Despite the dip, the result indicates that business conditions “held steady” for New York manufacturers in October, according to the New York Fed.
That’s because the survey found roughly a quarter of respondents indicated that conditions had improved, while a similar amount of respondents felt conditions had worsened.
October’s result follows four straight months in which the general business-conditions index indicated that manufacturing activity in the Empire State grew “modestly,” the New York Fed said in the survey report.
“The steady condition is a good condition to be in versus a declining condition,” says Randall Wolken, president of the Manufacturers Association of Central New York (MACNY).
The survey’s new-orders index rose five points to 7.8 in October, and the shipments index fell three points to 13.1, suggesting that both orders and shipments increased “modestly” over the month, the New York Fed said.
“If you’ve got new orders, then it results in additional production,” MACNY’s leader says.
The prices-paid index remained unchanged at 21.7, while the prices-received index fell six points to 2.4.
Labor-market conditions were also “steady” in October.
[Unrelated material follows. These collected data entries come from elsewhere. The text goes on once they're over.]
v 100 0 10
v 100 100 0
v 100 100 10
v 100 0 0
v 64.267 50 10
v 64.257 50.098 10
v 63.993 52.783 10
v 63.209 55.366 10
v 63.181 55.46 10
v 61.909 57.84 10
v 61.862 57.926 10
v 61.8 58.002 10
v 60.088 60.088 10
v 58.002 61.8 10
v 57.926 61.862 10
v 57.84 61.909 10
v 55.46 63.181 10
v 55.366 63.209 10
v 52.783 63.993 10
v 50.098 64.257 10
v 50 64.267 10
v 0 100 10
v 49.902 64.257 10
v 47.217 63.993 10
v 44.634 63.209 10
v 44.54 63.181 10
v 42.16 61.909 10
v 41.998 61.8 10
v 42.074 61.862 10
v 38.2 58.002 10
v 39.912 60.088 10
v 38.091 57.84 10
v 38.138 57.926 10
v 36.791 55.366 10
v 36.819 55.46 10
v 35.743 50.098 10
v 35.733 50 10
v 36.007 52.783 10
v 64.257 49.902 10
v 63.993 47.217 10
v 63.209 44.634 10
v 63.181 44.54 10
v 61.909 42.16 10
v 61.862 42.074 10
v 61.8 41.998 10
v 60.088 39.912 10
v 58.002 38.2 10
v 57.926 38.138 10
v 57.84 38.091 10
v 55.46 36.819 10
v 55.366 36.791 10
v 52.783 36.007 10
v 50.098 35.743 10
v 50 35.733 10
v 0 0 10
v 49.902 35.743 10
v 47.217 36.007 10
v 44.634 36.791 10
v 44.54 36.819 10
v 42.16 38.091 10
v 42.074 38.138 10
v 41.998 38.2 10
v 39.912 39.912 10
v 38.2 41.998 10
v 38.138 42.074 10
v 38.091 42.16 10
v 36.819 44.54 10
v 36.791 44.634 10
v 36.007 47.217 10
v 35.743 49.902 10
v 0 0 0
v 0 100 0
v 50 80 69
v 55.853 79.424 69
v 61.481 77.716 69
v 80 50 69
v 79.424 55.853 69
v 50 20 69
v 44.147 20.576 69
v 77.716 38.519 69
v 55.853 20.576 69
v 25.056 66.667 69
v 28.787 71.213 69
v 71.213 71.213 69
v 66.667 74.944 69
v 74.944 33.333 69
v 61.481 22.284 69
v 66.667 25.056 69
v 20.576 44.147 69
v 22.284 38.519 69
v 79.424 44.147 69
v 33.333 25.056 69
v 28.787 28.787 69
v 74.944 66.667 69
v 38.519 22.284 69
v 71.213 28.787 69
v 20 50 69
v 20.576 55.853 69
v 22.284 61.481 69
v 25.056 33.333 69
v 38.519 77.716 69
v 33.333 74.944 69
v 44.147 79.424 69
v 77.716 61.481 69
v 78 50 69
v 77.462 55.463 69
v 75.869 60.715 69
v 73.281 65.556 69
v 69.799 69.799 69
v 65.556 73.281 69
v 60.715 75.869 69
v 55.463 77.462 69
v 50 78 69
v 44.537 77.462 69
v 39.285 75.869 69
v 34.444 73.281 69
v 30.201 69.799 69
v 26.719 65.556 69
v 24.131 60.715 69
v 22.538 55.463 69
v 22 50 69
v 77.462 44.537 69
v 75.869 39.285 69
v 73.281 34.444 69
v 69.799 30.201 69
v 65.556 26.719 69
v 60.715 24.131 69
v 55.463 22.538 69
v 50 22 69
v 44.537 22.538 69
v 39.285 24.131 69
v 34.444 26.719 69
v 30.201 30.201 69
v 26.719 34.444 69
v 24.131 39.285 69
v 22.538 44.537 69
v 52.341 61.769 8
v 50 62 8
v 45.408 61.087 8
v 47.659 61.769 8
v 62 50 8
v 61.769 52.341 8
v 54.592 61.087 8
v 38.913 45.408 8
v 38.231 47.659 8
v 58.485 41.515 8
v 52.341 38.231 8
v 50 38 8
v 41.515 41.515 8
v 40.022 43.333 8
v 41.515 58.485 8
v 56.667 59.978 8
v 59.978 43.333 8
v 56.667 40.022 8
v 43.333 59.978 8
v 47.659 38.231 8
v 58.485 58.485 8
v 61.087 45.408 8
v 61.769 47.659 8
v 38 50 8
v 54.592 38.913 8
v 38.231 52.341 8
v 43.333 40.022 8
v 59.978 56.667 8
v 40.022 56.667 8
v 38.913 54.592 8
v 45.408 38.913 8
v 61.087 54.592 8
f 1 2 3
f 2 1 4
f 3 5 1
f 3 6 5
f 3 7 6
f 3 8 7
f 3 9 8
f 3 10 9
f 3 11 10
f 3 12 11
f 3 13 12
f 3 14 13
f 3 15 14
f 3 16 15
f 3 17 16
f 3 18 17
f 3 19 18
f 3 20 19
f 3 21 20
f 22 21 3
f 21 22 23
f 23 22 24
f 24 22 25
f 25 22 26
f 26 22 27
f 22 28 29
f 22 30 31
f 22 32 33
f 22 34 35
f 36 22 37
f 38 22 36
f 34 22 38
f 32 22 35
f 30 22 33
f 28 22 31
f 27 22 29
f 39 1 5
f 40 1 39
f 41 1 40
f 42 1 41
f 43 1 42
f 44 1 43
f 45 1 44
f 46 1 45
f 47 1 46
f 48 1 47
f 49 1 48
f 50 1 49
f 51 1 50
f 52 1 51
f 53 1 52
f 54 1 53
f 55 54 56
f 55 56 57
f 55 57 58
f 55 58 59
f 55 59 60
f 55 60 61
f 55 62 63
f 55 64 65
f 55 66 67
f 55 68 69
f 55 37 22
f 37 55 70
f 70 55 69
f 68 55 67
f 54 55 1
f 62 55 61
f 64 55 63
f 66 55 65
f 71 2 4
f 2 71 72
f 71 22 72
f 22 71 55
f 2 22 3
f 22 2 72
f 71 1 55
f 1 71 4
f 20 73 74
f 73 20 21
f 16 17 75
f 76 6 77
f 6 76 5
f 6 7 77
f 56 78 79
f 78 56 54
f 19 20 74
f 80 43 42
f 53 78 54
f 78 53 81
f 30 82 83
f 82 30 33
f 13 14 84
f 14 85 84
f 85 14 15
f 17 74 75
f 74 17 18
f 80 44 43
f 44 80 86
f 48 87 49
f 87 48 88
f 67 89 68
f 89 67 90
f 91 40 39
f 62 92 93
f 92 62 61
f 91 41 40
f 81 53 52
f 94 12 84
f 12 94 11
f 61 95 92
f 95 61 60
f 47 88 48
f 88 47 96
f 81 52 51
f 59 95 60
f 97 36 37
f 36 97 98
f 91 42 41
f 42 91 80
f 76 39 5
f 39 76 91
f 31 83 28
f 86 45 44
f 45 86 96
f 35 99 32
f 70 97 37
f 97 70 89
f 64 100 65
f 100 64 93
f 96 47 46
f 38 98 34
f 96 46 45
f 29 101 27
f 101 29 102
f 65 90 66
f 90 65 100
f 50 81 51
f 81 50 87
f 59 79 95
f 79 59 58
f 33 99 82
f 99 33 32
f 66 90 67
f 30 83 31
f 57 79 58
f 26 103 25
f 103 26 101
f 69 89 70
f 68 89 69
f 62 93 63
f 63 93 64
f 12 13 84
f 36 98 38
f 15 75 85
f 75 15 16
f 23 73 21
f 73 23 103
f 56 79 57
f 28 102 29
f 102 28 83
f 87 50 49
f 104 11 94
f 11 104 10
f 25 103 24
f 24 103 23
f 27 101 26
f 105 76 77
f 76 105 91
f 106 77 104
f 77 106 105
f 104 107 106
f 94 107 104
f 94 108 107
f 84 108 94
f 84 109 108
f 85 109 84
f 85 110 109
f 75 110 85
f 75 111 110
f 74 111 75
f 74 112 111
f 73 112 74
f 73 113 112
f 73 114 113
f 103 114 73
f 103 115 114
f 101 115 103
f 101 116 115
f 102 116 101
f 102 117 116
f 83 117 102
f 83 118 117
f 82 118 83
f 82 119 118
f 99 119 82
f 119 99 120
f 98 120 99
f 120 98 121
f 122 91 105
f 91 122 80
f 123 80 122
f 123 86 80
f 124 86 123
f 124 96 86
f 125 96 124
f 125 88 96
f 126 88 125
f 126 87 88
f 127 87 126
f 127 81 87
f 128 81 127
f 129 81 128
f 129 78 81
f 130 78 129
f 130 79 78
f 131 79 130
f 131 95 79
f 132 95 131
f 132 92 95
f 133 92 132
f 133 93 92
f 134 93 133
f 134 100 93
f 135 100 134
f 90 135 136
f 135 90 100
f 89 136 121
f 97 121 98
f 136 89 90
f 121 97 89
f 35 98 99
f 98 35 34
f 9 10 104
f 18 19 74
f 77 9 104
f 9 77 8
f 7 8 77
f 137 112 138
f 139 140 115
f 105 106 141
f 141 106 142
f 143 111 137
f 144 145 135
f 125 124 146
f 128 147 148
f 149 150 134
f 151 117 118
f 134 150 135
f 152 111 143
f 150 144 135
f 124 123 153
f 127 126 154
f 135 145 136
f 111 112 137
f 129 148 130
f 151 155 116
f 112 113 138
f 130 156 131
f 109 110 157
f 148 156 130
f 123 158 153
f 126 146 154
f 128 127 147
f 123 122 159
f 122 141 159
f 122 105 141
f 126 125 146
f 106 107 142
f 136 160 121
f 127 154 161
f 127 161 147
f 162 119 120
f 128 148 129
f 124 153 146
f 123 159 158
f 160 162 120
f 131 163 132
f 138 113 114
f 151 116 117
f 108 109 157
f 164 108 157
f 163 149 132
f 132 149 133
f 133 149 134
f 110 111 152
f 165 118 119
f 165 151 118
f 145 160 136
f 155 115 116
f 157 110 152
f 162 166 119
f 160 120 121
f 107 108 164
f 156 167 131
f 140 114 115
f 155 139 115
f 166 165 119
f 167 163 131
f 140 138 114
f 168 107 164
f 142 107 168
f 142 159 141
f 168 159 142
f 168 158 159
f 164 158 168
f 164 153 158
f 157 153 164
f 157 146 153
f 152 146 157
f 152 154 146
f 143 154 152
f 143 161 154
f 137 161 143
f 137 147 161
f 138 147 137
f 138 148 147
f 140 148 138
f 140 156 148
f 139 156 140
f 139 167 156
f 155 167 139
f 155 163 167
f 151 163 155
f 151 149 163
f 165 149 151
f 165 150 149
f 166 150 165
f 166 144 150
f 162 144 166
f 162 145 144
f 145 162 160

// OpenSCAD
$fn = 32;

// ----------------------------------------------------------------------
// Hopper: funnel with square flange
// ----------------------------------------------------------------------

// --- parameters (mm) ---
fl = 100;                 // flange side, X and Y
fl_t = 10;                // flange thickness
cone_h = 60;              // cone height above the flange
top_d = 60;               // cone mouth diameter
bot_d = 28;               // cone spout diameter
wall = 2;                 // cone wall thickness

bore_d = bot_d - 2 * wall;  // spout bore diameter
total_h = fl_t + cone_h - 1;  // overall height

difference() {
  union() {
    cube([fl, fl, fl_t]);
    translate([fl / 2, fl / 2, fl_t - 1])
      cylinder(h = cone_h, d1 = bot_d, d2 = top_d);
  }
  translate([fl / 2, fl / 2, fl_t - 2])
    cylinder(h = cone_h + 1, d1 = bore_d, d2 = top_d - 2 * wall);
}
The index for number of employees fell for a second consecutive month, but was slightly positive at 3.6, while the average-workweek index inched up to 3.6.
Price indexes pointed to a “steady pace” of input-price increases and “little change” in selling prices, according to the New York Fed.
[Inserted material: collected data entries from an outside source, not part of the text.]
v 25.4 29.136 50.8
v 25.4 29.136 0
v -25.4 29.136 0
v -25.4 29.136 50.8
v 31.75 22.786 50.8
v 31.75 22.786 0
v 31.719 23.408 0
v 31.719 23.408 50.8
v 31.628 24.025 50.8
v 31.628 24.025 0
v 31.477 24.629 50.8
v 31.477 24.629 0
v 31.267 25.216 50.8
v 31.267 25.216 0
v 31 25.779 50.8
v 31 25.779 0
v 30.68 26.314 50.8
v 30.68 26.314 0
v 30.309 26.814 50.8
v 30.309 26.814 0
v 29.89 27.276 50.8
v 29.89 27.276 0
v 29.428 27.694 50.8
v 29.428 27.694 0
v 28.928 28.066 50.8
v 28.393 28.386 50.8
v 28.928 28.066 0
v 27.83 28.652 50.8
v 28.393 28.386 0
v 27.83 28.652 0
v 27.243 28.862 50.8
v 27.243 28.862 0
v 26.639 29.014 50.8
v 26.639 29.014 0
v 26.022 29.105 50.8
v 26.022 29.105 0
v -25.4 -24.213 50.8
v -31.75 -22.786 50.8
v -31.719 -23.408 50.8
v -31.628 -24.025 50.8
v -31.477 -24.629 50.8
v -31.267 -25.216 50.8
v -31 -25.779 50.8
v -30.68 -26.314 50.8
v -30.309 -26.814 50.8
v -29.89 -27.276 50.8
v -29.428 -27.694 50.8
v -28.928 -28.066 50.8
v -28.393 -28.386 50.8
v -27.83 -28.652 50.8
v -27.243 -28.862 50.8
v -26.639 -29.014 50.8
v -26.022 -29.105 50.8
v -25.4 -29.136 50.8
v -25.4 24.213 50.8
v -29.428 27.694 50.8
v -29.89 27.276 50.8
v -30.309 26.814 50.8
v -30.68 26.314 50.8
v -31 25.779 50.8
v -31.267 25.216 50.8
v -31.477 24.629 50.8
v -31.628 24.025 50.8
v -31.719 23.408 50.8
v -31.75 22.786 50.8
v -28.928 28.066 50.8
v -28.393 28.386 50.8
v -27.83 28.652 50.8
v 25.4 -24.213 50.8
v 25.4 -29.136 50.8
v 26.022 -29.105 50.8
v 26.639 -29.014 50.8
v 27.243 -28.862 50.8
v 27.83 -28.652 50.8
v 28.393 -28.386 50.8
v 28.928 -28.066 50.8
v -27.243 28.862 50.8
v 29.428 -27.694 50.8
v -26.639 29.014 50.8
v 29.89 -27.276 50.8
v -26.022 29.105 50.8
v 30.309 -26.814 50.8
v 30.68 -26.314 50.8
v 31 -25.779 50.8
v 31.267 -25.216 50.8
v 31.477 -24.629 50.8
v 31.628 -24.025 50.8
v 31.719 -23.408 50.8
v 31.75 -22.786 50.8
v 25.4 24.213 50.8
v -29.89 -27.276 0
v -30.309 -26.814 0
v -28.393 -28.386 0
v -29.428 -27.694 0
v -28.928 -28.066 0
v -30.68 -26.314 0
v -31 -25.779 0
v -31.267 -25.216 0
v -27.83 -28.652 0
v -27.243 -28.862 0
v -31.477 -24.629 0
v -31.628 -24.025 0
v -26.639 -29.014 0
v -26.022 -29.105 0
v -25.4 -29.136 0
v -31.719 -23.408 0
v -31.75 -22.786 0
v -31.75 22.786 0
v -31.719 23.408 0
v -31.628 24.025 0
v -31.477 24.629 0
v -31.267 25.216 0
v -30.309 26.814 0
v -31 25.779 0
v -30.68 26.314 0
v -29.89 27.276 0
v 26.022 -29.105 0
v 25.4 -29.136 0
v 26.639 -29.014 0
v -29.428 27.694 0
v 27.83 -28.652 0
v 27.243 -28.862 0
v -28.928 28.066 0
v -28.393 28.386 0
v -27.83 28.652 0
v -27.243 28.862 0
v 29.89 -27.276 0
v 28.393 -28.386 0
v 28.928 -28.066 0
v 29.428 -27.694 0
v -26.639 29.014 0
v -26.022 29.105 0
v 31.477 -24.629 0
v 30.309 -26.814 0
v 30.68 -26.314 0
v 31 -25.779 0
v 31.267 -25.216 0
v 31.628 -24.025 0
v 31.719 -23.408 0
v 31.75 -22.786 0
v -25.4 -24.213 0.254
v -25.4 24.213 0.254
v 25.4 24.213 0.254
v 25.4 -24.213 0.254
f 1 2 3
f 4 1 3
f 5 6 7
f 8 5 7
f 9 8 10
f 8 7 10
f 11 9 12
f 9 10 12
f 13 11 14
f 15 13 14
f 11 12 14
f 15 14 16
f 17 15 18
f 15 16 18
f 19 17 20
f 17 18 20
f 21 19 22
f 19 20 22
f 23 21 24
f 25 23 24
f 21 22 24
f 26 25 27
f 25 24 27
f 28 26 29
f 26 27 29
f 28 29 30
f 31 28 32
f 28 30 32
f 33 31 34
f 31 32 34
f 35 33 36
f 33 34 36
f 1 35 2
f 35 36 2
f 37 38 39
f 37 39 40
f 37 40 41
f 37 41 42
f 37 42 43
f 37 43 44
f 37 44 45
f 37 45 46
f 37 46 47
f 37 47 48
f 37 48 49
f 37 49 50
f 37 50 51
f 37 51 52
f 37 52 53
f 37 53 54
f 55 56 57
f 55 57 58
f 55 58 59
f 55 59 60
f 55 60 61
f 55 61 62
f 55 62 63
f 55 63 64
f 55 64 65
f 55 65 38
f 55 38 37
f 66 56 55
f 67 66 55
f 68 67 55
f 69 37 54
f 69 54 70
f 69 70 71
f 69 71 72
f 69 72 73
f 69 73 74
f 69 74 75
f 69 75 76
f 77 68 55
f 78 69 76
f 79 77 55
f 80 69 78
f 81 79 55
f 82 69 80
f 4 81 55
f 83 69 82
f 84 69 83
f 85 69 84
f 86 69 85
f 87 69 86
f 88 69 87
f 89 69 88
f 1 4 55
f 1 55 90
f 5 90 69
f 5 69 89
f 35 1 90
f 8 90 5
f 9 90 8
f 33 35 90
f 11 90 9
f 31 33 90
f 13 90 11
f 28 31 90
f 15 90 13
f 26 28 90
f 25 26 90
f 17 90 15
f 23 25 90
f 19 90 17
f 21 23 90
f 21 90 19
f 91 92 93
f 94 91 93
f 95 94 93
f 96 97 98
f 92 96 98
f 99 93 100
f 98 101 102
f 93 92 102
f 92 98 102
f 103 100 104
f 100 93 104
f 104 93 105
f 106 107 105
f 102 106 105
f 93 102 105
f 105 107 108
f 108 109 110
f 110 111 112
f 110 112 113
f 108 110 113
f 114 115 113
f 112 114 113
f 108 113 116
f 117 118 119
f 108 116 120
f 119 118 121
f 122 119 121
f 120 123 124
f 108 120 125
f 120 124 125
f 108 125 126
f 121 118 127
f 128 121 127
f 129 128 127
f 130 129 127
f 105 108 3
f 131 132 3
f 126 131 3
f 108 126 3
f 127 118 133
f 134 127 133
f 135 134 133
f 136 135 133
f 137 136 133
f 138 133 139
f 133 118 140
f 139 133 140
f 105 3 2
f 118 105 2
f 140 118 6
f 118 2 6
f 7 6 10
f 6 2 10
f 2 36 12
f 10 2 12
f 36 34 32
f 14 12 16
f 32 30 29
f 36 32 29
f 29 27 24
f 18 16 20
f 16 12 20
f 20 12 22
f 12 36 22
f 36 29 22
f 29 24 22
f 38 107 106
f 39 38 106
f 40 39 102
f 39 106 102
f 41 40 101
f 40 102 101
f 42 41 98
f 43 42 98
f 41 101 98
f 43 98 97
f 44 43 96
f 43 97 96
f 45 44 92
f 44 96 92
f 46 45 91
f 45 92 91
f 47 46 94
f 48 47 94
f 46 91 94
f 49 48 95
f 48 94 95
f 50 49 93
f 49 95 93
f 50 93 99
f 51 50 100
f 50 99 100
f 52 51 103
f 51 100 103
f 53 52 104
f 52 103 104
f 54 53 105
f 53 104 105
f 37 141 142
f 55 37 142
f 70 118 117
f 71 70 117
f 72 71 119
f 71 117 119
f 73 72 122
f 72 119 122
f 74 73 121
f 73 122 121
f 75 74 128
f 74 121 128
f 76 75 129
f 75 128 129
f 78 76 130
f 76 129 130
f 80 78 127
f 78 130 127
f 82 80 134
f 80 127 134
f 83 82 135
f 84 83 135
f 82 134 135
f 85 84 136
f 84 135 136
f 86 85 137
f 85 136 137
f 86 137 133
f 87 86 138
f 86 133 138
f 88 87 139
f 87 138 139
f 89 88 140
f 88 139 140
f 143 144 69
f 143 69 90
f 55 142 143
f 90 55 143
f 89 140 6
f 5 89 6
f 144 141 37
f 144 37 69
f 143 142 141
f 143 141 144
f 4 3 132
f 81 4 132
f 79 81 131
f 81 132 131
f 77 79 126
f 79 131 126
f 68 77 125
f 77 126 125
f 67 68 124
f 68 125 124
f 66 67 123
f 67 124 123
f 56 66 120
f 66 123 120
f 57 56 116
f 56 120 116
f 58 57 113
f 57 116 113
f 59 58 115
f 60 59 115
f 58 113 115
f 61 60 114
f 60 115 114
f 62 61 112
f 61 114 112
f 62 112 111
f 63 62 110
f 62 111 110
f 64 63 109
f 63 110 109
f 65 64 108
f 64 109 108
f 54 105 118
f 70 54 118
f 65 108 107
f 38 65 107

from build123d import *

# Parameters (mm, degrees)
F0_W     = 50.8
F0_H     = 48.42591
F1_DEPTH = 50.8
F2_W     = 51.555392
F2_H     = 49.770784
F3_DEPTH = 0.254


with BuildPart() as f1:
    # F0 (on Top) → F1 (new body)
    with BuildSketch(Plane.XY):
        with BuildLine():
            ThreePointArc((31.75, 22.785854), (29.890128, 27.275982), (25.4, 29.135854))
            Line((25.4, 29.135854), (-25.4, 29.135854))
            ThreePointArc((-25.4, 29.135854), (-29.890128, 27.275982), (-31.75, 22.785854))
            Line((-31.75, 22.785854), (-31.75, -22.785854))
            ThreePointArc((-31.75, -22.785854), (-29.890128, -27.275982), (-25.4, -29.135854))
            Line((-25.4, -29.135854), (25.4, -29.135854))
            ThreePointArc((25.4, -29.135854), (29.890128, -27.275982), (31.75, -22.785854))
            Line((31.75, -22.785854), (31.75, 22.785854))
        make_face()
        Rectangle(F0_W, F0_H, mode=Mode.SUBTRACT)
    extrude(amount=F1_DEPTH)

    # F2 (on Top) → F3 (join)
    with BuildSketch(Plane.XY):
        Rectangle(F2_W, F2_H)
    extrude(amount=F3_DEPTH)


solid = f1.part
The prices-paid index was unchanged at 21.7, and the prices-received index fell 6 points to 2.4.
Indexes for the six-month outlook continued conveying a “strong” degree of optimism about future-business conditions, according to the survey report.
The future general-business conditions index held near last month’s reading of 40.8, a “year-and-a-half high.”
The indexes for expected new orders and expected shipments remained at “strong levels.”
The future prices-paid index rose 6 points to 45.8 and the future prices-received index held steady at 25.3.
Future employment indexes indicated an expectation that employment levels and hours worked would be somewhat higher in the months ahead.
The capital-expenditures index and technology-spending index were “little changed,” at 15.7 and 12.1, respectively.
“People are basing everything from capital investments to employee investment on their outlooks,” MACNY’s Wolken says.
Supplementary questions focused on recent and expected changes in firms’ borrowing needs and credit availability. Parallel questions were asked in October 2012 and in earlier surveys.
As in earlier surveys, a majority of respondents to the current survey reported no change in borrowing needs over the past year and over the past three months.
When asked about changes in credit availability, the vast majority of respondents reported no change over the past three months and over the past year.
In contrast with last year’s survey, firms in this month’s survey reported increased borrowing costs, on net, over the past three months.
Earlier surveys indicated net declines in borrowing costs, according to the New York Fed.
The New York Fed distributes the Empire State Manufacturing Survey on the first day of each month to the same pool of about 200 manufacturing executives in New York. On average, about 100 executives return responses.
MACNY is a not-for-profit 501(c)(6) association representing almost 330 businesses and organizations across upstate New York.